Her first plan was to be an accountant, but she found the general economics and business classes boring, she said.
She decided to test out a course in the school’s urban studies program, which combines economics, sociology, and political science. The course sparked her interest in understanding what she had seen around her, growing up in a low-income neighborhood.
“All of our needs were met…There was food on the table. Our lights were on. The heat was on … so in a child’s mind, that’s wealth. You don’t really sort of begin to see the inequities until you get outside,” Richardson said.
Taking the urban studies course motivated her academic interest, as well as her desire to do work around social justice. In 1994, she graduated from Baldwin-Wallace with a bachelor’s degree in urban studies, and in the fall, began a master’s program at Cleveland State University, which she completed in 1996.
After finishing up her master’s, Richardson moved into a role with the Cleveland Department of Public Health, working on the evaluation team for a program called “Healthy Start,” which worked to reduce infant mortality rates.
“It didn’t even cross my mind that babies weren’t surviving birth, that babies weren’t surviving their first year of life. It’s something that no one was talking about,” Richardson said.
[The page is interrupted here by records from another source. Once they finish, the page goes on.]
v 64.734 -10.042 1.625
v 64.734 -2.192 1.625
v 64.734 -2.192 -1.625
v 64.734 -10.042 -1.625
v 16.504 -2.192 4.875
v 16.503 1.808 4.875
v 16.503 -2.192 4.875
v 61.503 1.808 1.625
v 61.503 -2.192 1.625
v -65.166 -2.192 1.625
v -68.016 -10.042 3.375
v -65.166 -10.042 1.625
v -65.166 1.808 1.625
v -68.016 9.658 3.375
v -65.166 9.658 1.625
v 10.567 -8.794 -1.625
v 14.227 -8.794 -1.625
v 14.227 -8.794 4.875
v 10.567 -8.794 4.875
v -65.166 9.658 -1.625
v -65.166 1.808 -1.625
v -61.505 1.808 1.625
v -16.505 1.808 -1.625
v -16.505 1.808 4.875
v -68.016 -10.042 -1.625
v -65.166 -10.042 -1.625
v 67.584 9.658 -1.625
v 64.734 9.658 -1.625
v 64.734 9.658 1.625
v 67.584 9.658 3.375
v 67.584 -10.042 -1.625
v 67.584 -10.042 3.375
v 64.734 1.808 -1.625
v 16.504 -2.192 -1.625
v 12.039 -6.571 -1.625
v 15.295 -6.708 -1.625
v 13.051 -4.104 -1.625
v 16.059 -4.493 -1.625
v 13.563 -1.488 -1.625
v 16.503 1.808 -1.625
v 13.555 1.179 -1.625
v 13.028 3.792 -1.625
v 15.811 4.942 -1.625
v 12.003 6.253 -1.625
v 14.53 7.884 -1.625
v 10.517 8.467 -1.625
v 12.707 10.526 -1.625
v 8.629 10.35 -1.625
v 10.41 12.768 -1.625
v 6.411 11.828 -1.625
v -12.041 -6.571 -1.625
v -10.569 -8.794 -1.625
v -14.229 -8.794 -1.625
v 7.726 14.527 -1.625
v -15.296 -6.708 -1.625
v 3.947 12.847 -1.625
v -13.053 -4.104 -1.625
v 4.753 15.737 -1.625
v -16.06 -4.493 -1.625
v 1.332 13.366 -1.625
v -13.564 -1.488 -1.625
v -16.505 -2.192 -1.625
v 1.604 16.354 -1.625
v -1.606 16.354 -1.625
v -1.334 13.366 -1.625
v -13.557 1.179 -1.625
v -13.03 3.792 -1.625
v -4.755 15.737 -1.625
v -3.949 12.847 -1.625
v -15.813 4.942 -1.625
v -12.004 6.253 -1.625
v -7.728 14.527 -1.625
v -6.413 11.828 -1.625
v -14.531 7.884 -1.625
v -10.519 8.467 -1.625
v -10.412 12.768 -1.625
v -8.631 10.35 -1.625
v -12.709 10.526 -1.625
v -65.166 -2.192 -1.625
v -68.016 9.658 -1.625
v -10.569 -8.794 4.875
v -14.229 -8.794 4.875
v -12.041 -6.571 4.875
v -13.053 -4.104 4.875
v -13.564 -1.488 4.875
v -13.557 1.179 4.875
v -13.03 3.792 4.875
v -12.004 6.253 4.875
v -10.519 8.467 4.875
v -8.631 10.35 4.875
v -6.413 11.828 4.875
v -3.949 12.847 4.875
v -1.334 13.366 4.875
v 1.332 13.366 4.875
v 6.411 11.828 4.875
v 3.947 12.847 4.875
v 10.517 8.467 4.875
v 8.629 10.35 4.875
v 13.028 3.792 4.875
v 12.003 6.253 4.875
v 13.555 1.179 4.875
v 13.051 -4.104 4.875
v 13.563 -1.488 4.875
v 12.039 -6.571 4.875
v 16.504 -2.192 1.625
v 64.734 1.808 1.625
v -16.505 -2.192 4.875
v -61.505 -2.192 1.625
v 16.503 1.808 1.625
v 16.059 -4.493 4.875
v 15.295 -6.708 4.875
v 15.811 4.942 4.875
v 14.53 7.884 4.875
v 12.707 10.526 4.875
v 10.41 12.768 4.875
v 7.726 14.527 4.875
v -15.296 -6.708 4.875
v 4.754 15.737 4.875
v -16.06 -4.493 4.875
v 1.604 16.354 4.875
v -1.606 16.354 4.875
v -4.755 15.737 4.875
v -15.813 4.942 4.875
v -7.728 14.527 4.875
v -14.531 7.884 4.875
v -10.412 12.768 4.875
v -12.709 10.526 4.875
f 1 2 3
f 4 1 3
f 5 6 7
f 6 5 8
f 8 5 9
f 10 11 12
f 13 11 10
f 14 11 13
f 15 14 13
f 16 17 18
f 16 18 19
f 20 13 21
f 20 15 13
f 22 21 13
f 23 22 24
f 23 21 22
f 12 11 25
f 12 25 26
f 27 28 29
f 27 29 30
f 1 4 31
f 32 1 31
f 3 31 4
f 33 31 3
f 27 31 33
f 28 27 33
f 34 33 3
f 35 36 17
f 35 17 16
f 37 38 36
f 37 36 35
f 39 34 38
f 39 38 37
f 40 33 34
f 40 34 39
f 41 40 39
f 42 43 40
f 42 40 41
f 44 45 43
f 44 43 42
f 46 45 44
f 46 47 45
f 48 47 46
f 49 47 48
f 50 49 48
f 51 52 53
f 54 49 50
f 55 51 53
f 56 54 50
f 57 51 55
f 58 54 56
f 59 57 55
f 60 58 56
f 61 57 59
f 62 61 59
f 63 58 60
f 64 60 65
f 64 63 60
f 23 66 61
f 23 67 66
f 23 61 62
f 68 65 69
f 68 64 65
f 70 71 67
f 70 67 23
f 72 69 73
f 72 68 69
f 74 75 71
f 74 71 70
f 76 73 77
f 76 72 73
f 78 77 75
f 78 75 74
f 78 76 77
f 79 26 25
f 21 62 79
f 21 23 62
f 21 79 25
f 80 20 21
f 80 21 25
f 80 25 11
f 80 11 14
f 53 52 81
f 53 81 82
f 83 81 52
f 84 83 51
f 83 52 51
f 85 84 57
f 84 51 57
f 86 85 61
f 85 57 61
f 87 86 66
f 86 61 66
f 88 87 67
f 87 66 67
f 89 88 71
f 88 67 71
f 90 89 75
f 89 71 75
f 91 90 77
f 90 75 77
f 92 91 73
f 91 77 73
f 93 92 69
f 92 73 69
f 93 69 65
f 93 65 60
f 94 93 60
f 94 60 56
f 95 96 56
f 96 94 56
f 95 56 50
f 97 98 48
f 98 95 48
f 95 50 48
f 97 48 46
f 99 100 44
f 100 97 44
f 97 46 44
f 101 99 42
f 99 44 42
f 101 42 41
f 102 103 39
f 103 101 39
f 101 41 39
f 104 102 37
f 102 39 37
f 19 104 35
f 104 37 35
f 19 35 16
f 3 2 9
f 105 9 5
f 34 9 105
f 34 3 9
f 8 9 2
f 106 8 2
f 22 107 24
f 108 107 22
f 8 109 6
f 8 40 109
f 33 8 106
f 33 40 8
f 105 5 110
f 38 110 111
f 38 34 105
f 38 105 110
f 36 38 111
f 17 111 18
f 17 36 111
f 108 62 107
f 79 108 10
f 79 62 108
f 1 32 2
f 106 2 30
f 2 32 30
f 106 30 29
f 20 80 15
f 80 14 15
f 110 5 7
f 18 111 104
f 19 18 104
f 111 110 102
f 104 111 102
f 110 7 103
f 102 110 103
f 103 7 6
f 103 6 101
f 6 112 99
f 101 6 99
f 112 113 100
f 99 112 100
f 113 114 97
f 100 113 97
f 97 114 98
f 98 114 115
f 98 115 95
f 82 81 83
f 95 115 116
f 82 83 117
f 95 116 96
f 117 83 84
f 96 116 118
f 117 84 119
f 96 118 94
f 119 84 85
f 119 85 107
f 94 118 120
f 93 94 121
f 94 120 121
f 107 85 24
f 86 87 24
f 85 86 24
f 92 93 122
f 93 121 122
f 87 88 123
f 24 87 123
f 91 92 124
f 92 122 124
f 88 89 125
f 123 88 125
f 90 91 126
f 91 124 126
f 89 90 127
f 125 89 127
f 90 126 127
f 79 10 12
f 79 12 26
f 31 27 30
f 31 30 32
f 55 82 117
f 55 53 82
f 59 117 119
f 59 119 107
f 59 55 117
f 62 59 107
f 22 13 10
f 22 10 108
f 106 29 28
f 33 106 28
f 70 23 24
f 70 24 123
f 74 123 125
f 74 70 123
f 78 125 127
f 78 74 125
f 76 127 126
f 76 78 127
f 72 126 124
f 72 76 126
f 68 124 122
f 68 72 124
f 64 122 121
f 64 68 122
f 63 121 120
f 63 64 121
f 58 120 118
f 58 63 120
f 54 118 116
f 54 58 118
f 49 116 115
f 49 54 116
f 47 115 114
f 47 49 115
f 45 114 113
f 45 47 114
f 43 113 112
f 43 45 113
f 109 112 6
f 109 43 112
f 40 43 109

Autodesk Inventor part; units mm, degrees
ref_plane "YZ Plane" through (0, 0, 0) normal (1, 0, 0) x (0, 1, 0)
ref_plane "XZ Plane" through (0, 0, 0) normal (0, 1, 0) x (-1, 0, 0)
ref_plane "XY Plane" through (0, 0, 0) normal (0, 0, 1) x (1, 0, 0)
sketch "Skizze1" plane through (0, 0, 0) normal (0, 0, 1) x (1, 0, 0)
  line L0 (-68.016, 1.808) -> (67.584, 1.808)
  line L1 (67.584, 1.808) -> (67.584, -2.192)
  line L2 (67.584, -2.192) -> (-68.016, -2.192)
  line L3 (-68.016, -2.192) -> (-68.016, 1.808)
  line L4 (-68.016, 1.808) -> (67.584, -2.192) construction
  line L5 (67.584, 1.808) -> (-68.016, -2.192) construction
  point P0 (0, 0)
  point P1 (-0.216, -0.192)
  point P2 (-0.216, -0.192)
  dimension "d0" = 135.6
  dimension "d1" = 4
extrude "Extrusion1" add sketch "Skizze1" along normal mid plane 3.25
ref_plane "Arbeitsebene1" through (-68.016, -0.192, 1.625) normal (0, -1, 0) x (1, 0, 0)
sketch "Skizze2" plane through (-68.016, -0.192, 1.625) normal (0, -1, 0) x (1, 0, 0)
  line L0 (0, -3.25) -> (0, 0) projected
  line L1 (0, -3.25) -> (135.6, -3.25) projected
  line L2 (0, 0) -> (2.85, 0)
  line L3 (2.85, 0) -> (2.85, -3.25)
  line L4 (2.85, -3.25) -> (0, -3.25)
  line L5 (0, -3.25) -> (0, 0)
  line L6 (0, 0) -> (0, 1.75)
  line L7 (0, 1.75) -> (2.85, 0)
  line L8 (135.6, -3.25) -> (135.6, 0) projected
  line L9 (135.6, 0) -> (132.75, 0)
  line L10 (132.75, 0) -> (132.75, -3.25)
  line L11 (132.75, -3.25) -> (135.6, -3.25)
  line L12 (135.6, -3.25) -> (135.6, 0)
  line L13 (135.6, 0) -> (135.6, 1.75)
  line L14 (135.6, 1.75) -> (132.75, 0)
  point P0 (68.016, -1.625)
  dimension "d4" = 2.85
  dimension "d5" = 1.75
  dimension "d6" = 2.85
extrude "Extrusion2" add sketch "Skizze2" along normal mid plane 19.7
sketch "Skizze3" plane through (0, 0, 1.625) normal (0, 0, 1) x (1, 0, 0)
  circle A0 centre (0, 0) radius 16
  dimension "d9" = 32
extrude "Extrusion3" cut sketch "Skizze3" against normal through all
sketch "Skizze4" plane through (0, 0, -1.625) normal (0, 0, -1) x (-1, 0, 0)
  line L0 (0.0777, -0.1628) -> (6.2277, -0.1628) construction
  circle A0 centre (0.0009, -0.1935) radius 13.625
  circle A1 centre (0.0009, -0.1935) radius 16.625
  line L1 (-22.383, -8.7935) -> (26.817, -8.7935)
  point P0 (-16.6241, -0.1935)
  point P1 (16.6259, -0.1935)
  point P2 (10.5688, -8.7935)
  point P3 (14.2287, -8.7935)
  point P4 (-14.2269, -8.7935)
  point P5 (-10.567, -8.7935)
  dimension "d27" = 3
  dimension "d28" = 27.25
  dimension "d29" = 8.6
extrude "Extrusion4" add sketch "Skizze4" against normal blind 6.5 contours A0 L1 A1 picked at (15.3303, 2.2297)
sketch "Skizze7" plane through (0, 0, 1.625) normal (0, 0, 1) x (1, 0, 0)
  line L0 (-65.166, 1.808) -> (-16.5049, 1.808) projected
  line L1 (-16.5053, -2.192) -> (-65.166, -2.192) projected
  line L2 (-16.5049, 1.808) -> (-61.5049, 1.808)
  line L3 (-61.5049, 1.808) -> (-61.5049, -2.192)
  line L4 (-61.5049, -2.192) -> (-16.5049, -2.192)
  line L5 (-16.5049, -2.192) -> (-16.5049, 1.808)
  line L6 (16.5032, 1.808) -> (64.734, 1.808) projected
  line L7 (64.734, -2.192) -> (16.5036, -2.192) projected
  line L8 (16.5032, 1.808) -> (61.5032, 1.808)
  line L9 (61.5032, 1.808) -> (61.5032, -2.192)
  line L10 (61.5032, -2.192) -> (16.5032, -2.192)
  line L11 (16.5032, -2.192) -> (16.5032, 1.808)
  point P0 (0, 0)
  point P1 (-61.5049, 1.808)
  point P2 (16.5036, -2.192)
  point P3 (61.5032, 1.808)
  dimension "d30" = 45
  dimension "d31" = 45
extrude "Extrusion7" add sketch "Skizze7" along normal blind 3.25
sketch "Skizze8" plane through (-65.166, -2.192, -1.625) normal (0, -1, 0) x (1, 0, 0)
  line L0 (48.661, 6.5) -> (3.661, 6.5) projected
  line L1 (48.661, 6.5) -> (48.661, 0) projected
  line L2 (3.661, 6.5) -> (48.661, 6.5)
  line L3 (48.661, 6.5) -> (48.661, 3.25)
  line L4 (48.661, 3.25) -> (3.661, 3.25)
  line L5 (3.661, 3.25) -> (3.661, 6.5)
  line L6 (126.6692, 3.25) -> (126.6692, 6.5) projected
  line L7 (81.6692, 6.5) -> (81.6692, 0) projected
  line L8 (126.6692, 6.5) -> (81.6692, 6.5)
  line L9 (81.6692, 6.5) -> (81.6692, 3.25)
  line L10 (81.6692, 3.25) -> (126.6692, 3.25)
  line L11 (126.6692, 3.25) -> (126.6692, 6.5)
  line L12 (81.6692, 6.5) -> (126.6692, 3.25)
  line L13 (50.9373, 6.5) -> (48.6607, 6.5) projected
  line L14 (48.6607, 6.5) -> (3.661, 3.25)
  point P0 (65.166, 1.625)
extrude "Extrusion8" cut sketch "Skizze8" against normal through all contours L14 L5 L0 | L12 L8 L6
properties part number "2024_08_28_Holder_GL25"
That job “opened my eyes” to the health-related issues that urban populations, particularly African Americans, experience, she said.
“All of that has sort of informed the work that I do today around saying that these things continue to plague our communities, and yoga can be just one tool for helping us address that, that can be accessible if we remove the barriers…” Richardson said.
In 2003 that Richardson moved to Birmingham. Her mother, Patricia Wilson, who grew up in the Magic City, moved back previously, and Richardson followed and got a job as the grants management coordinator for the Birmingham Department of Community Development.
Richardson left her job with the city and started her own firm, Kimberly Richardson Consulting which she paused in 2022.
Meaningful Practice
As she studies to become a certified yoga therapist, Richardson said she’s worked one-on-one with a client who uses a wheelchair for several months. In their time working together, he has become more confident in other health care environments, Richardson said.
“I’ve seen him become empowered, not just in a physical practice, but in a way, he’s addressing his own health issues, the way he’s able to better advocate for himself in medical settings,” Richardson said.
As for her practice of yoga, Richardson said her favorite poses are the warrior poses. Some of the most recognizable yoga poses, Richardson said the warrior poses hold significant meaning for her.
“You’ve got your arms spread out, one arm stretching forward, one arm stretching backward, and the story behind that is that it’s representative of letting go of what’s in our past. It’s us stretching forward, looking forward to our future but also standing in the middle and being present in the present moment, so it’s really a great metaphor for life,” Richardson said.